* Work task *
Please copy out all the data. Every detail stays the same.
-- Opening Marker --
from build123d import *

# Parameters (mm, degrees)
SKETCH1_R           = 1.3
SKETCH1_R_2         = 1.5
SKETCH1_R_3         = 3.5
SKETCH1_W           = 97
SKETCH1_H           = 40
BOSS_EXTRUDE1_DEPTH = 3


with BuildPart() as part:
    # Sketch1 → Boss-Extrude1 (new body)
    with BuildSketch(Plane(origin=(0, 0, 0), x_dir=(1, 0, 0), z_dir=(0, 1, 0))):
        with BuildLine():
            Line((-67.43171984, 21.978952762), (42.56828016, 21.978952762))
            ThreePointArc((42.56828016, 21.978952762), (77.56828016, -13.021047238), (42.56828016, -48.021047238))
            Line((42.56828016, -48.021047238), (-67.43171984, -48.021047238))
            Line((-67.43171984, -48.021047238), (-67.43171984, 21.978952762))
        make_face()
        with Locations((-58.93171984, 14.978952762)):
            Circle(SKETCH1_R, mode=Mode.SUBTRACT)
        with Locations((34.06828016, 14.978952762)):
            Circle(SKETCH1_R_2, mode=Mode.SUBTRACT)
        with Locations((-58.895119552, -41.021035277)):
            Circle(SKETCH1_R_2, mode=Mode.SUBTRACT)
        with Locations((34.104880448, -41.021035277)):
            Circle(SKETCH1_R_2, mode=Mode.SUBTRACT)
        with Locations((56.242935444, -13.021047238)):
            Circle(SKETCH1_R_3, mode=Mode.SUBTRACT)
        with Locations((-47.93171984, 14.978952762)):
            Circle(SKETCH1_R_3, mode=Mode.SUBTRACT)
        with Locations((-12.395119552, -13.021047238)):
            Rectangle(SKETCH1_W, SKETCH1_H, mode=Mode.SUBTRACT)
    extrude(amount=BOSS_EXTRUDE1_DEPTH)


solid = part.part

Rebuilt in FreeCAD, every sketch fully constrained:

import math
import FreeCAD as App
import Part
import Sketcher

V = App.Vector

doc = App.newDocument("Part")
body = doc.addObject("PartDesign::Body", "Body")

sketch1 = body.newObject("Sketcher::SketchObject", "Sketch")
sketch1.AttachmentSupport = (doc.getObject("XZ_Plane"), [""])
sketch1.MapMode = "FlatFace"
sketch1.addGeometry([
    Part.LineSegment(V(42.56828, -21.978953, 0), V(-67.43172, -21.978953, 0)),
    Part.LineSegment(V(-67.43172, -21.978953, 0), V(-67.43172, 48.021047, 0)),
    Part.LineSegment(V(-67.43172, 48.021047, 0), V(42.56828, 48.021047, 0)),
    Part.ArcOfCircle(Part.Circle(V(42.56828, 13.021047, 0), V(0, 0, 1), 35), math.radians(-90), math.radians(90)),
    Part.Circle(V(34.10488, 41.021035, 0), V(0, 0, 1), 1.5),
    Part.Circle(V(56.242935, 13.021047, 0), V(0, 0, 1), 3.5),
    Part.Circle(V(-58.89512, 41.021035, 0), V(0, 0, 1), 1.5),
    Part.LineSegment(V(-60.89512, 33.021047, 0), V(-60.89512, -6.978953, 0)),
    Part.LineSegment(V(-60.89512, -6.978953, 0), V(36.10488, -6.978953, 0)),
    Part.LineSegment(V(36.10488, -6.978953, 0), V(36.10488, 33.021047, 0)),
    Part.LineSegment(V(36.10488, 33.021047, 0), V(-60.89512, 33.021047, 0)),
    Part.Circle(V(34.06828, -14.978953, 0), V(0, 0, 1), 1.5),
    Part.Circle(V(-47.93172, -14.978953, 0), V(0, 0, 1), 3.5),
    Part.Circle(V(-58.93172, -14.978953, 0), V(0, 0, 1), 1.3),
], False)
sketch1.addConstraint([
    Sketcher.Constraint("Coincident", 0, 2, 1, 1),
    Sketcher.Constraint("Coincident", 1, 2, 2, 1),
    Sketcher.Constraint("Tangent", 2, 2, 3, 2),
    Sketcher.Constraint("Tangent", 3, 1, 0, 1),
    Sketcher.Constraint("Coincident", 7, 2, 8, 1),
    Sketcher.Constraint("Coincident", 8, 2, 9, 1),
    Sketcher.Constraint("Coincident", 9, 2, 10, 1),
    Sketcher.Constraint("Coincident", 10, 2, 7, 1),
    Sketcher.Constraint("Horizontal", 0),
    Sketcher.Constraint("Vertical", 1),
    Sketcher.Constraint("Horizontal", 2),
    Sketcher.Constraint("Vertical", 7),
    Sketcher.Constraint("Horizontal", 8),
    Sketcher.Constraint("Vertical", 9),
    Sketcher.Constraint("Horizontal", 10),
    Sketcher.Constraint("Equal", 4, 6),
    Sketcher.Constraint("Equal", 6, 11),
    Sketcher.Constraint("Equal", 5, 12),
    Sketcher.Constraint("Horizontal", 3, 3, 5, 3),
    Sketcher.Constraint("Horizontal", 4, 3, 6, 3),
    Sketcher.Constraint("Horizontal", 11, 3, 12, 3),
    Sketcher.Constraint("Horizontal", 12, 3, 13, 3),
    Sketcher.Constraint("Diameter", 4, 3.0),
    Sketcher.Constraint("Diameter", 5, 7.0),
    Sketcher.Constraint("Radius", 3, 35.0),
    Sketcher.Constraint("Diameter", 13, 2.6),
    Sketcher.Constraint("DistanceX", 0, 2, 0, 1, 110.0),
    Sketcher.Constraint("DistanceX", 8, 1, 8, 2, 97.0),
    Sketcher.Constraint("DistanceY", 7, 2, 7, 1, 40.0),
    Sketcher.Constraint("DistanceX", 6, 3, 4, 3, 93.0),
    Sketcher.Constraint("DistanceY", 11, 3, 3, 3, 28.0),
    Sketcher.Constraint("DistanceX", 12, 3, 11, 3, 82.0),
    Sketcher.Constraint("DistanceX", 13, 3, 12, 3, 11.0),
    Sketcher.Constraint("DistanceY", 13, 3, 7, 2, 8.0),
    Sketcher.Constraint("DistanceX", 7, 2, 6, 3, 2.0),
    Sketcher.Constraint("DistanceX", 11, 3, 3, 3, 8.5),
    Sketcher.Constraint("DistanceX", 4, 3, 3, 3, 8.4634),
    Sketcher.Constraint("DistanceX", -1, 1, 3, 3, 42.56828),
    Sketcher.Constraint("DistanceY", 3, 3, 4, 3, 27.999988),
    Sketcher.Constraint("DistanceY", -1, 1, 3, 3, 13.021047),
    Sketcher.Constraint("DistanceX", -1, 1, 5, 3, 56.242935),
])
pad1 = body.newObject("PartDesign::Pad", "Pad")
pad1.Profile = sketch1
pad1.Length = 3
pad1.Reversed = True

doc.recompute()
-- Closing Marker --
* Exercise result *
from build123d import *

# Parameters (mm, degrees)
SKETCH1_R           = 1.3
SKETCH1_R_2         = 1.5
SKETCH1_R_3         = 3.5
SKETCH1_W           = 97
SKETCH1_H           = 40
BOSS_EXTRUDE1_DEPTH = 3


with BuildPart() as part:
    # Sketch1 → Boss-Extrude1 (new body)
    with BuildSketch(Plane(origin=(0, 0, 0), x_dir=(1, 0, 0), z_dir=(0, 1, 0))):
        with BuildLine():
            Line((-67.43171984, 21.978952762), (42.56828016, 21.978952762))
            ThreePointArc((42.56828016, 21.978952762), (77.56828016, -13.021047238), (42.56828016, -48.021047238))
            Line((42.56828016, -48.021047238), (-67.43171984, -48.021047238))
            Line((-67.43171984, -48.021047238), (-67.43171984, 21.978952762))
        make_face()
        with Locations((-58.93171984, 14.978952762)):
            Circle(SKETCH1_R, mode=Mode.SUBTRACT)
        with Locations((34.06828016, 14.978952762)):
            Circle(SKETCH1_R_2, mode=Mode.SUBTRACT)
        with Locations((-58.895119552, -41.021035277)):
            Circle(SKETCH1_R_2, mode=Mode.SUBTRACT)
        with Locations((34.104880448, -41.021035277)):
            Circle(SKETCH1_R_2, mode=Mode.SUBTRACT)
        with Locations((56.242935444, -13.021047238)):
            Circle(SKETCH1_R_3, mode=Mode.SUBTRACT)
        with Locations((-47.93171984, 14.978952762)):
            Circle(SKETCH1_R_3, mode=Mode.SUBTRACT)
        with Locations((-12.395119552, -13.021047238)):
            Rectangle(SKETCH1_W, SKETCH1_H, mode=Mode.SUBTRACT)
    extrude(amount=BOSS_EXTRUDE1_DEPTH)


solid = part.part

Rebuilt in FreeCAD, every sketch fully constrained:

import math
import FreeCAD as App
import Part
import Sketcher

V = App.Vector

doc = App.newDocument("Part")
body = doc.addObject("PartDesign::Body", "Body")

sketch1 = body.newObject("Sketcher::SketchObject", "Sketch")
sketch1.AttachmentSupport = (doc.getObject("XZ_Plane"), [""])
sketch1.MapMode = "FlatFace"
sketch1.addGeometry([
    Part.LineSegment(V(42.56828, -21.978953, 0), V(-67.43172, -21.978953, 0)),
    Part.LineSegment(V(-67.43172, -21.978953, 0), V(-67.43172, 48.021047, 0)),
    Part.LineSegment(V(-67.43172, 48.021047, 0), V(42.56828, 48.021047, 0)),
    Part.ArcOfCircle(Part.Circle(V(42.56828, 13.021047, 0), V(0, 0, 1), 35), math.radians(-90), math.radians(90)),
    Part.Circle(V(34.10488, 41.021035, 0), V(0, 0, 1), 1.5),
    Part.Circle(V(56.242935, 13.021047, 0), V(0, 0, 1), 3.5),
    Part.Circle(V(-58.89512, 41.021035, 0), V(0, 0, 1), 1.5),
    Part.LineSegment(V(-60.89512, 33.021047, 0), V(-60.89512, -6.978953, 0)),
    Part.LineSegment(V(-60.89512, -6.978953, 0), V(36.10488, -6.978953, 0)),
    Part.LineSegment(V(36.10488, -6.978953, 0), V(36.10488, 33.021047, 0)),
    Part.LineSegment(V(36.10488, 33.021047, 0), V(-60.89512, 33.021047, 0)),
    Part.Circle(V(34.06828, -14.978953, 0), V(0, 0, 1), 1.5),
    Part.Circle(V(-47.93172, -14.978953, 0), V(0, 0, 1), 3.5),
    Part.Circle(V(-58.93172, -14.978953, 0), V(0, 0, 1), 1.3),
], False)
sketch1.addConstraint([
    Sketcher.Constraint("Coincident", 0, 2, 1, 1),
    Sketcher.Constraint("Coincident", 1, 2, 2, 1),
    Sketcher.Constraint("Tangent", 2, 2, 3, 2),
    Sketcher.Constraint("Tangent", 3, 1, 0, 1),
    Sketcher.Constraint("Coincident", 7, 2, 8, 1),
    Sketcher.Constraint("Coincident", 8, 2, 9, 1),
    Sketcher.Constraint("Coincident", 9, 2, 10, 1),
    Sketcher.Constraint("Coincident", 10, 2, 7, 1),
    Sketcher.Constraint("Horizontal", 0),
    Sketcher.Constraint("Vertical", 1),
    Sketcher.Constraint("Horizontal", 2),
    Sketcher.Constraint("Vertical", 7),
    Sketcher.Constraint("Horizontal", 8),
    Sketcher.Constraint("Vertical", 9),
    Sketcher.Constraint("Horizontal", 10),
    Sketcher.Constraint("Equal", 4, 6),
    Sketcher.Constraint("Equal", 6, 11),
    Sketcher.Constraint("Equal", 5, 12),
    Sketcher.Constraint("Horizontal", 3, 3, 5, 3),
    Sketcher.Constraint("Horizontal", 4, 3, 6, 3),
    Sketcher.Constraint("Horizontal", 11, 3, 12, 3),
    Sketcher.Constraint("Horizontal", 12, 3, 13, 3),
    Sketcher.Constraint("Diameter", 4, 3.0),
    Sketcher.Constraint("Diameter", 5, 7.0),
    Sketcher.Constraint("Radius", 3, 35.0),
    Sketcher.Constraint("Diameter", 13, 2.6),
    Sketcher.Constraint("DistanceX", 0, 2, 0, 1, 110.0),
    Sketcher.Constraint("DistanceX", 8, 1, 8, 2, 97.0),
    Sketcher.Constraint("DistanceY", 7, 2, 7, 1, 40.0),
    Sketcher.Constraint("DistanceX", 6, 3, 4, 3, 93.0),
    Sketcher.Constraint("DistanceY", 11, 3, 3, 3, 28.0),
    Sketcher.Constraint("DistanceX", 12, 3, 11, 3, 82.0),
    Sketcher.Constraint("DistanceX", 13, 3, 12, 3, 11.0),
    Sketcher.Constraint("DistanceY", 13, 3, 7, 2, 8.0),
    Sketcher.Constraint("DistanceX", 7, 2, 6, 3, 2.0),
    Sketcher.Constraint("DistanceX", 11, 3, 3, 3, 8.5),
    Sketcher.Constraint("DistanceX", 4, 3, 3, 3, 8.4634),
    Sketcher.Constraint("DistanceX", -1, 1, 3, 3, 42.56828),
    Sketcher.Constraint("DistanceY", 3, 3, 4, 3, 27.999988),
    Sketcher.Constraint("DistanceY", -1, 1, 3, 3, 13.021047),
    Sketcher.Constraint("DistanceX", -1, 1, 5, 3, 56.242935),
])
pad1 = body.newObject("PartDesign::Pad", "Pad")
pad1.Profile = sketch1
pad1.Length = 3
pad1.Reversed = True

doc.recompute()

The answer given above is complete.